◆ EXERCISE DESCRIPTION
In the material below, the required lines run from the one containing "Circle(SKETCH_1_R, mode=Mode.SUBTRACT)" through the one containing "# 镜向2: Cut-Extrude 3 across plane". Copy those lines exactly, ends included, and nothing else.

***** RECORDED DATA *****

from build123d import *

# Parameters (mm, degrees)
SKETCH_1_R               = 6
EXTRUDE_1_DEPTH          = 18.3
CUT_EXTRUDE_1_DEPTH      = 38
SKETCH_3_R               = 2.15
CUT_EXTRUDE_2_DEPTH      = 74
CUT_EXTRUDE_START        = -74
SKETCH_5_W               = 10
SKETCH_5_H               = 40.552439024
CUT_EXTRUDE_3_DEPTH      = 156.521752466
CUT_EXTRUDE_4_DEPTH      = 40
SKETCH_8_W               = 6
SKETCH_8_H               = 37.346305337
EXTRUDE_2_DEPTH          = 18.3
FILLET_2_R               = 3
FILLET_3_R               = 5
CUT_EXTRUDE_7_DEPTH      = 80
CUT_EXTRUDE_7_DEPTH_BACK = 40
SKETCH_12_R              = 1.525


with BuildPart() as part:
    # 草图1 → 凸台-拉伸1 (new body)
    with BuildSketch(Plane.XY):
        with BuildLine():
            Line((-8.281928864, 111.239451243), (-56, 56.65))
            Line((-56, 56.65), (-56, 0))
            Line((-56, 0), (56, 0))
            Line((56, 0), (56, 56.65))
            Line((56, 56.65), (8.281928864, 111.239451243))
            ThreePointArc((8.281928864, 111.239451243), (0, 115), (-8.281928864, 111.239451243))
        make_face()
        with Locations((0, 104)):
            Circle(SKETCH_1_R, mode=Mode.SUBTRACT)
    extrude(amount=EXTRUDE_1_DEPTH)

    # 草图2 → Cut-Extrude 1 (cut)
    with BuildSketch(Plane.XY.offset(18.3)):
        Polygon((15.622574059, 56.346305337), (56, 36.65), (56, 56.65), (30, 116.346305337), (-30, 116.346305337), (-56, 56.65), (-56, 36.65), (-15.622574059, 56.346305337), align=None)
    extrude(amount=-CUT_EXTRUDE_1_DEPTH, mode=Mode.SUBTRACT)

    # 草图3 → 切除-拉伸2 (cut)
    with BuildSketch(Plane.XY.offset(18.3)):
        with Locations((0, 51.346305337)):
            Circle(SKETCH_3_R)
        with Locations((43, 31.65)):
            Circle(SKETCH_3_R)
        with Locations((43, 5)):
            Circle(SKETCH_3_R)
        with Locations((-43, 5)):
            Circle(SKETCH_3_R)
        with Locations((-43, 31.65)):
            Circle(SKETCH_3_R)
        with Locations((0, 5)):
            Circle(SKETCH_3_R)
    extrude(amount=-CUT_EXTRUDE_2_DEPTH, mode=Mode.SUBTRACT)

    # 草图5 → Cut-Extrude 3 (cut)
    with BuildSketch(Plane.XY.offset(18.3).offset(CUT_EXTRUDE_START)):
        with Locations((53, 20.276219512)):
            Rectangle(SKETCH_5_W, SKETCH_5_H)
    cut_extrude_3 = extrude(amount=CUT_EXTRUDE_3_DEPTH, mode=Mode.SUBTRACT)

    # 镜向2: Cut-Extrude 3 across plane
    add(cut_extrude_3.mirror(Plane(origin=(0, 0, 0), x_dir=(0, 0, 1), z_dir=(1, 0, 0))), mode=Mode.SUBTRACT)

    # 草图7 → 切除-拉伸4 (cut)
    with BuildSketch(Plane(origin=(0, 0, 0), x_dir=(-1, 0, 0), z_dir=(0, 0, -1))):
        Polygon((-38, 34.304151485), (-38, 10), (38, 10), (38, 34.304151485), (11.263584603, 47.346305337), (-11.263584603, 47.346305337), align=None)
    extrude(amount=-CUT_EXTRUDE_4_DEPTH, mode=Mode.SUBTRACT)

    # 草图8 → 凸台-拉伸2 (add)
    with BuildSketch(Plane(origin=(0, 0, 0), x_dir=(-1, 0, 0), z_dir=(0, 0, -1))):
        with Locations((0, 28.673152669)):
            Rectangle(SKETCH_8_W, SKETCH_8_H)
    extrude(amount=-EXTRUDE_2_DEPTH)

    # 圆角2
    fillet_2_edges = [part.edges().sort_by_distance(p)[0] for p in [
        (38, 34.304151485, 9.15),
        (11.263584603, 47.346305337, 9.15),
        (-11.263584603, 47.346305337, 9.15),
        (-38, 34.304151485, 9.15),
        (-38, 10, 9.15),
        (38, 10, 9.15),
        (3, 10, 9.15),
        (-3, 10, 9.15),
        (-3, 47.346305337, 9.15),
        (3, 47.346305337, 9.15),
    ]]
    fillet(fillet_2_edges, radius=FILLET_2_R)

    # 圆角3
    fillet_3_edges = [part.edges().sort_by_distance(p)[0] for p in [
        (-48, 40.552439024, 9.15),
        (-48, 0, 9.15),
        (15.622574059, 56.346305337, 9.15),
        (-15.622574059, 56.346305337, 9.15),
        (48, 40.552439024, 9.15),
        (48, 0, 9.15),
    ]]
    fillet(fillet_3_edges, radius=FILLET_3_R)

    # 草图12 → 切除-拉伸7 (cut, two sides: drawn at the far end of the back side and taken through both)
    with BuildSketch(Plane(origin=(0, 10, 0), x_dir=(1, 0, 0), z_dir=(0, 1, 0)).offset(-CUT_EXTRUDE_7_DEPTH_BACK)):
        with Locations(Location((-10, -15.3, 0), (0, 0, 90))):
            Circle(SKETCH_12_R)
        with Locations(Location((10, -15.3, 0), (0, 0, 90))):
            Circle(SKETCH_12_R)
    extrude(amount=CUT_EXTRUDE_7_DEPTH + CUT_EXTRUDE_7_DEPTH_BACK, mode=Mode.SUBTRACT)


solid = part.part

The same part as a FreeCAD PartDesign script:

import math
import FreeCAD as App
import Part
import Sketcher
from FreeCAD import Vector
Q = App.Units.Quantity


def edges_at(feature, points):
    """Names of the edges that pass closest to the given points."""
    edges = feature.Shape.Edges
    near = lambda p: min(range(len(edges)), key=lambda i: edges[i].distToShape(Part.Vertex(*p))[0])
    return sorted({f"Edge{near(p) + 1}" for p in points})

doc = App.newDocument("Part")
body = doc.addObject("PartDesign::Body", "Body")

sketch1 = doc.addObject("Sketcher::SketchObject", "Sketch")
body.addObject(sketch1)
sketch1.AttachmentSupport = (doc.XY_Plane, [""])
sketch1.MapMode = "FlatFace"
sketch1.addGeometry([
    Part.LineSegment(Vector(-8.281929, 111.239451, 0), Vector(-56, 56.65, 0)),
    Part.LineSegment(Vector(-56, 56.65, 0), Vector(-56, 0, 0)),
    Part.LineSegment(Vector(-56, 0, 0), Vector(56, 0, 0)),
    Part.LineSegment(Vector(56, 0, 0), Vector(56, 56.65, 0)),
    Part.LineSegment(Vector(56, 56.65, 0), Vector(8.281929, 111.239451, 0)),
    Part.ArcOfCircle(Part.Circle(Vector(0, 104, 0), Vector(0, 0, 1), 11), math.radians(41.157558), math.radians(138.842442)),
    Part.Circle(Vector(0, 104, 0), Vector(0, 0, 1), 6),
], False)
sketch1.addConstraint([
    Sketcher.Constraint("Coincident", 0, 2, 1, 1),
    Sketcher.Constraint("Coincident", 1, 2, 2, 1),
    Sketcher.Constraint("Coincident", 2, 2, 3, 1),
    Sketcher.Constraint("Coincident", 3, 2, 4, 1),
    Sketcher.Constraint("Tangent", 4, 2, 5, 1),
    Sketcher.Constraint("Tangent", 5, 2, 0, 1),
    Sketcher.Constraint("Vertical", 1),
    Sketcher.Constraint("Horizontal", 2),
    Sketcher.Constraint("Vertical", 3),
    Sketcher.Constraint("Coincident", 6, 3, 5, 3),
    Sketcher.Constraint("Symmetric", 1, 2, 2, 2, -1, 1),
    Sketcher.Constraint("Symmetric", 4, 2, 5, 2, -2),
    Sketcher.Constraint("Diameter", 6, Q("12 mm")),
    Sketcher.Constraint("Radius", 5, Q("11 mm")),
    Sketcher.Constraint("DistanceX", 2, 1, 2, 2, Q("112 mm")),
    Sketcher.Constraint("DistanceY", -1, 1, 5, 3, Q("104 mm")),
    Sketcher.Constraint("DistanceY", 1, 2, 1, 1, Q("56.65 mm")),
])
pad1 = doc.addObject("PartDesign::Pad", "Pad")
body.addObject(pad1)
pad1.Profile = sketch1
pad1.Length = 18.3

sketch2 = doc.addObject("Sketcher::SketchObject", "Sketch001")
body.addObject(sketch2)
sketch2.AttachmentSupport = (doc.XY_Plane, [""])
sketch2.MapMode = "FlatFace"
sketch2.AttachmentOffset = App.Placement(Vector(0, 0, 18.3), App.Rotation())
sketch2.addGeometry([
    Part.LineSegment(Vector(15.622574, 56.346305, 0), Vector(56, 36.65, 0)),
    Part.LineSegment(Vector(56, 36.65, 0), Vector(56, 56.65, 0)),
    Part.LineSegment(Vector(56, 56.65, 0), Vector(30, 116.346305, 0)),
    Part.LineSegment(Vector(30, 116.346305, 0), Vector(-30, 116.346305, 0)),
    Part.LineSegment(Vector(-30, 116.346305, 0), Vector(-56, 56.65, 0)),
    Part.LineSegment(Vector(-56, 56.65, 0), Vector(-56, 36.65, 0)),
    Part.LineSegment(Vector(-56, 36.65, 0), Vector(-15.622574, 56.346305, 0)),
    Part.LineSegment(Vector(-15.622574, 56.346305, 0), Vector(15.622574, 56.346305, 0)),
], False)
sketch2.addConstraint([
    Sketcher.Constraint("Coincident", 0, 2, 1, 1),
    Sketcher.Constraint("Coincident", 1, 2, 2, 1),
    Sketcher.Constraint("Coincident", 2, 2, 3, 1),
    Sketcher.Constraint("Coincident", 3, 2, 4, 1),
    Sketcher.Constraint("Coincident", 4, 2, 5, 1),
    Sketcher.Constraint("Coincident", 5, 2, 6, 1),
    Sketcher.Constraint("Coincident", 6, 2, 7, 1),
    Sketcher.Constraint("Coincident", 7, 2, 0, 1),
    Sketcher.Constraint("Vertical", 1),
    Sketcher.Constraint("Horizontal", 3),
    Sketcher.Constraint("Vertical", 5),
    Sketcher.Constraint("Horizontal", 7),
    Sketcher.Constraint("Symmetric", 1, 2, 4, 2, -2),
    Sketcher.Constraint("Horizontal", 0, 2, 5, 2),
    Sketcher.Constraint("Equal", 2, 4),
    Sketcher.Constraint("Equal", 0, 6),
    Sketcher.Constraint("DistanceX", 3, 2, 3, 1, Q("60 mm")),
    Sketcher.Constraint("DistanceY", 1, 1, 1, 2, Q("20 mm")),
    Sketcher.Constraint("DistanceX", -1, 1, 0, 2, Q("56 mm")),
    Sketcher.Constraint("DistanceY", 6, 2, 3, 2, Q("60 mm")),
    Sketcher.Constraint("DistanceY", -1, 1, 0, 2, Q("36.65 mm")),
    Sketcher.Constraint("DistanceX", 7, 1, 7, 2, Q("31.245148 mm")),
    Sketcher.Constraint("Distance", 0, Q("44.925282 mm")),
])
pocket1 = doc.addObject("PartDesign::Pocket", "Pocket")
body.addObject(pocket1)
pocket1.Profile = sketch2
pocket1.Length = 38
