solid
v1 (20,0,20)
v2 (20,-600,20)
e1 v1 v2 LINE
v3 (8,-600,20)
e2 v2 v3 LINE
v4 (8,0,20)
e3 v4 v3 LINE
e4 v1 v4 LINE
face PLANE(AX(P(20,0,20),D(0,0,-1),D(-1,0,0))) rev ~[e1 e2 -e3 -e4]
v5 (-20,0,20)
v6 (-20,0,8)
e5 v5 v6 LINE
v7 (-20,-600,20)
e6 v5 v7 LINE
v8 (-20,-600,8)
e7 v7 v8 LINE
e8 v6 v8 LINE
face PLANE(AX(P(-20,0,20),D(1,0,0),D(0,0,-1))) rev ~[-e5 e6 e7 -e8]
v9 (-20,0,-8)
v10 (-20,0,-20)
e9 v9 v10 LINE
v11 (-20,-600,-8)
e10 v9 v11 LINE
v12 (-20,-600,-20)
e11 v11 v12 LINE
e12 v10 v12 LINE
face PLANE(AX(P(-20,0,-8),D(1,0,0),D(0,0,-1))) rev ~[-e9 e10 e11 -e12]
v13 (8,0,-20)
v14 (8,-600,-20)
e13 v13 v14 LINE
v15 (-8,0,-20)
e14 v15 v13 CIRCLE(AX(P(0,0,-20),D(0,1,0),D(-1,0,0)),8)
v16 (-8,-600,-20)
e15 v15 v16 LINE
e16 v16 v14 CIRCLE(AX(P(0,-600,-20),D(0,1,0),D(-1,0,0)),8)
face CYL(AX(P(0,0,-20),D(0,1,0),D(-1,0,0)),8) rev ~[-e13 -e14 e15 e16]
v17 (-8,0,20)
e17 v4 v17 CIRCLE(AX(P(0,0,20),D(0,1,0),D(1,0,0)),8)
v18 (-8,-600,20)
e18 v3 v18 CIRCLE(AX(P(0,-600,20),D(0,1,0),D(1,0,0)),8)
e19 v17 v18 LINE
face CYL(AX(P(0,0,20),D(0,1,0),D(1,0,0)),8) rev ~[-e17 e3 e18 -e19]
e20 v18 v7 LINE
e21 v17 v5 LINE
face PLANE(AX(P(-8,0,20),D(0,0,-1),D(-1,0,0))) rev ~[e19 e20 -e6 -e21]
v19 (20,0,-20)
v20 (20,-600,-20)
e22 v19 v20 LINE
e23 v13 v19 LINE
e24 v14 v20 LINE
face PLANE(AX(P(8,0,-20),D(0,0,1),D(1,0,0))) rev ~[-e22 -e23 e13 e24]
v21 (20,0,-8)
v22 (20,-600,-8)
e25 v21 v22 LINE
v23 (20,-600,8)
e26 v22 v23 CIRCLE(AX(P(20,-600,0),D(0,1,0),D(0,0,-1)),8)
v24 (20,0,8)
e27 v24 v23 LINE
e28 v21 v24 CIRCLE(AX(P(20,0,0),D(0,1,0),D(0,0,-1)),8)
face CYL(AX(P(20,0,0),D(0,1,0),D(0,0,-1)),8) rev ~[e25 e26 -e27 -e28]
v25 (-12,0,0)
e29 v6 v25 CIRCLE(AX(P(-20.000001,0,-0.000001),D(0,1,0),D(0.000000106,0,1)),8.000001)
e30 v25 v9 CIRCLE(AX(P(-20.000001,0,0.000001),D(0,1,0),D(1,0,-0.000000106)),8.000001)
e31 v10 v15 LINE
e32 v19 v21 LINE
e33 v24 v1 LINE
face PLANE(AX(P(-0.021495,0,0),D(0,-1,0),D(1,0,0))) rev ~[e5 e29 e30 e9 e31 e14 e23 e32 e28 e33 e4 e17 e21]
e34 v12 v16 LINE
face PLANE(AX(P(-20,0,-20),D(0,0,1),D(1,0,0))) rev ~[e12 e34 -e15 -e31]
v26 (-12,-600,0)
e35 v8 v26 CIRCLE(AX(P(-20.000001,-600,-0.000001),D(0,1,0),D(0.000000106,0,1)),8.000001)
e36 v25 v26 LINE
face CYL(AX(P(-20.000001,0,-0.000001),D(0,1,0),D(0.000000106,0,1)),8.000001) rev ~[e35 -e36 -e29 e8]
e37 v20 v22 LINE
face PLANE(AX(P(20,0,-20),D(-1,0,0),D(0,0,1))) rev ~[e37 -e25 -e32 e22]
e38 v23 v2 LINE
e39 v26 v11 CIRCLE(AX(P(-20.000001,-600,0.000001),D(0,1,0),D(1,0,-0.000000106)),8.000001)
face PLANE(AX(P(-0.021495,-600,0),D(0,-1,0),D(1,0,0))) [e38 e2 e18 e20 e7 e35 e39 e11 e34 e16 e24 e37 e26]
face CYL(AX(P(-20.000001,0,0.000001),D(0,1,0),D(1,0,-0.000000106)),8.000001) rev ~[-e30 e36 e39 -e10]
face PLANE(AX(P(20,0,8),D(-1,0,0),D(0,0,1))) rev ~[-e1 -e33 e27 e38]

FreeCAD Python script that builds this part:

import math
import FreeCAD as App
import Part
import Sketcher
from FreeCAD import Vector

doc = App.newDocument("Part")
body = doc.addObject("PartDesign::Body", "Body")

# Sketch on XZ plane
sketch1 = body.newObject("Sketcher::SketchObject", "Sketch")
sketch1.AttachmentSupport = (doc.getObject("XZ_Plane"), [""])
sketch1.MapMode = "FlatFace"
sketch1.addGeometry([
    Part.LineSegment(Vector(8, -20, 0), Vector(20, -20, 0)),  # 0
    Part.LineSegment(Vector(20, -20, 0), Vector(20, -8, 0)),  # 1
    Part.ArcOfCircle(Part.Circle(Vector(20, 0, 0), Vector(0, 0, 1), 8), math.radians(90), math.radians(270)),  # 2
    Part.LineSegment(Vector(20, 8, 0), Vector(20, 20, 0)),  # 3
    Part.LineSegment(Vector(20, 20, 0), Vector(8, 20, 0)),  # 4
    Part.ArcOfCircle(Part.Circle(Vector(0, 20, 0), Vector(0, 0, 1), 8), math.radians(180), math.radians(360)),  # 5
    Part.LineSegment(Vector(-8, 20, 0), Vector(-20, 20, 0)),  # 6
    Part.LineSegment(Vector(-20, 20, 0), Vector(-20, 8, 0)),  # 7
    Part.ArcOfCircle(Part.Circle(Vector(-20.000001, -0.000001, 0), Vector(0, 0, 1), 8.000001), math.radians(0.000006), math.radians(89.999994)),  # 8
    Part.ArcOfCircle(Part.Circle(Vector(-20.000001, 0.000001, 0), Vector(0, 0, 1), 8.000001), math.radians(-89.999994), math.radians(-0.000006)),  # 9
    Part.LineSegment(Vector(-20, -8, 0), Vector(-20, -20, 0)),  # 10
    Part.LineSegment(Vector(-20, -20, 0), Vector(-8, -20, 0)),  # 11
    Part.ArcOfCircle(Part.Circle(Vector(0, -20, 0), Vector(0, 0, 1), 8), math.radians(0), math.radians(180)),  # 12
], False)
sketch1.addConstraint([
    Sketcher.Constraint("Coincident", 0, 2, 1, 1),
    Sketcher.Constraint("Coincident", 1, 2, 2, 2),
    Sketcher.Constraint("Coincident", 2, 1, 3, 1),
    Sketcher.Constraint("Coincident", 3, 2, 4, 1),
    Sketcher.Constraint("Coincident", 4, 2, 5, 2),
    Sketcher.Constraint("Coincident", 5, 1, 6, 1),
    Sketcher.Constraint("Coincident", 6, 2, 7, 1),
    Sketcher.Constraint("Coincident", 7, 2, 8, 2),
    Sketcher.Constraint("Tangent", 8, 1, 9, 2),
    Sketcher.Constraint("Coincident", 9, 1, 10, 1),
    Sketcher.Constraint("Coincident", 10, 2, 11, 1),
    Sketcher.Constraint("Coincident", 11, 2, 12, 2),
    Sketcher.Constraint("Coincident", 12, 1, 0, 1),
    Sketcher.Constraint("Horizontal", 0),
    Sketcher.Constraint("Vertical", 1),
    Sketcher.Constraint("Vertical", 3),
    Sketcher.Constraint("Horizontal", 4),
    Sketcher.Constraint("Horizontal", 6),
    Sketcher.Constraint("Vertical", 7),
    Sketcher.Constraint("Vertical", 10),
    Sketcher.Constraint("Horizontal", 11),
    Sketcher.Constraint("Equal", 2, 5),
    Sketcher.Constraint("Equal", 5, 8),
    Sketcher.Constraint("Equal", 8, 9),
    Sketcher.Constraint("Equal", 9, 12),
    Sketcher.Constraint("Symmetric", 2, 3, 8, 3, -1, 1),
    Sketcher.Constraint("Symmetric", 5, 3, 12, 3, -1, 1),
    Sketcher.Constraint("Symmetric", 0, 2, 6, 2, -1, 1),
    Sketcher.Constraint("Symmetric", 3, 2, 10, 2, -1, 1),
    Sketcher.Constraint("Symmetric", 4, 2, 5, 1, -2),
    Sketcher.Constraint("Symmetric", 2, 1, 7, 2, -2),
    Sketcher.Constraint("PointOnObject", 8, 1, -1),
    Sketcher.Constraint("Horizontal", 12, 3, 0, 2),
    Sketcher.Constraint("Vertical", 2, 3, 0, 2),
    Sketcher.Constraint("Equal", 11, 1),
    Sketcher.Constraint("Radius", 2, 8.0),
    Sketcher.Constraint("DistanceX", 0, 1, 0, 2, 12.0),
])
pad1 = body.newObject("PartDesign::Pad", "Pad")
pad1.Profile = sketch1
pad1.Length = 600

doc.recompute()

*****

◆ EXERCISE RESULT
            Circle(SKETCH_1_R, mode=Mode.SUBTRACT)
    extrude(amount=EXTRUDE_1_DEPTH)

    # 草图2 → Cut-Extrude 1 (cut)
    with BuildSketch(Plane.XY.offset(18.3)):
        Polygon((15.622574059, 56.346305337), (56, 36.65), (56, 56.65), (30, 116.346305337), (-30, 116.346305337), (-56, 56.65), (-56, 36.65), (-15.622574059, 56.346305337), align=None)
    extrude(amount=-CUT_EXTRUDE_1_DEPTH, mode=Mode.SUBTRACT)

    # 草图3 → 切除-拉伸2 (cut)
    with BuildSketch(Plane.XY.offset(18.3)):
        with Locations((0, 51.346305337)):
            Circle(SKETCH_3_R)
        with Locations((43, 31.65)):
            Circle(SKETCH_3_R)
        with Locations((43, 5)):
            Circle(SKETCH_3_R)
        with Locations((-43, 5)):
            Circle(SKETCH_3_R)
        with Locations((-43, 31.65)):
            Circle(SKETCH_3_R)
        with Locations((0, 5)):
            Circle(SKETCH_3_R)
    extrude(amount=-CUT_EXTRUDE_2_DEPTH, mode=Mode.SUBTRACT)

    # 草图5 → Cut-Extrude 3 (cut)
    with BuildSketch(Plane.XY.offset(18.3).offset(CUT_EXTRUDE_START)):
        with Locations((53, 20.276219512)):
            Rectangle(SKETCH_5_W, SKETCH_5_H)
    cut_extrude_3 = extrude(amount=CUT_EXTRUDE_3_DEPTH, mode=Mode.SUBTRACT)

    # 镜向2: Cut-Extrude 3 across plane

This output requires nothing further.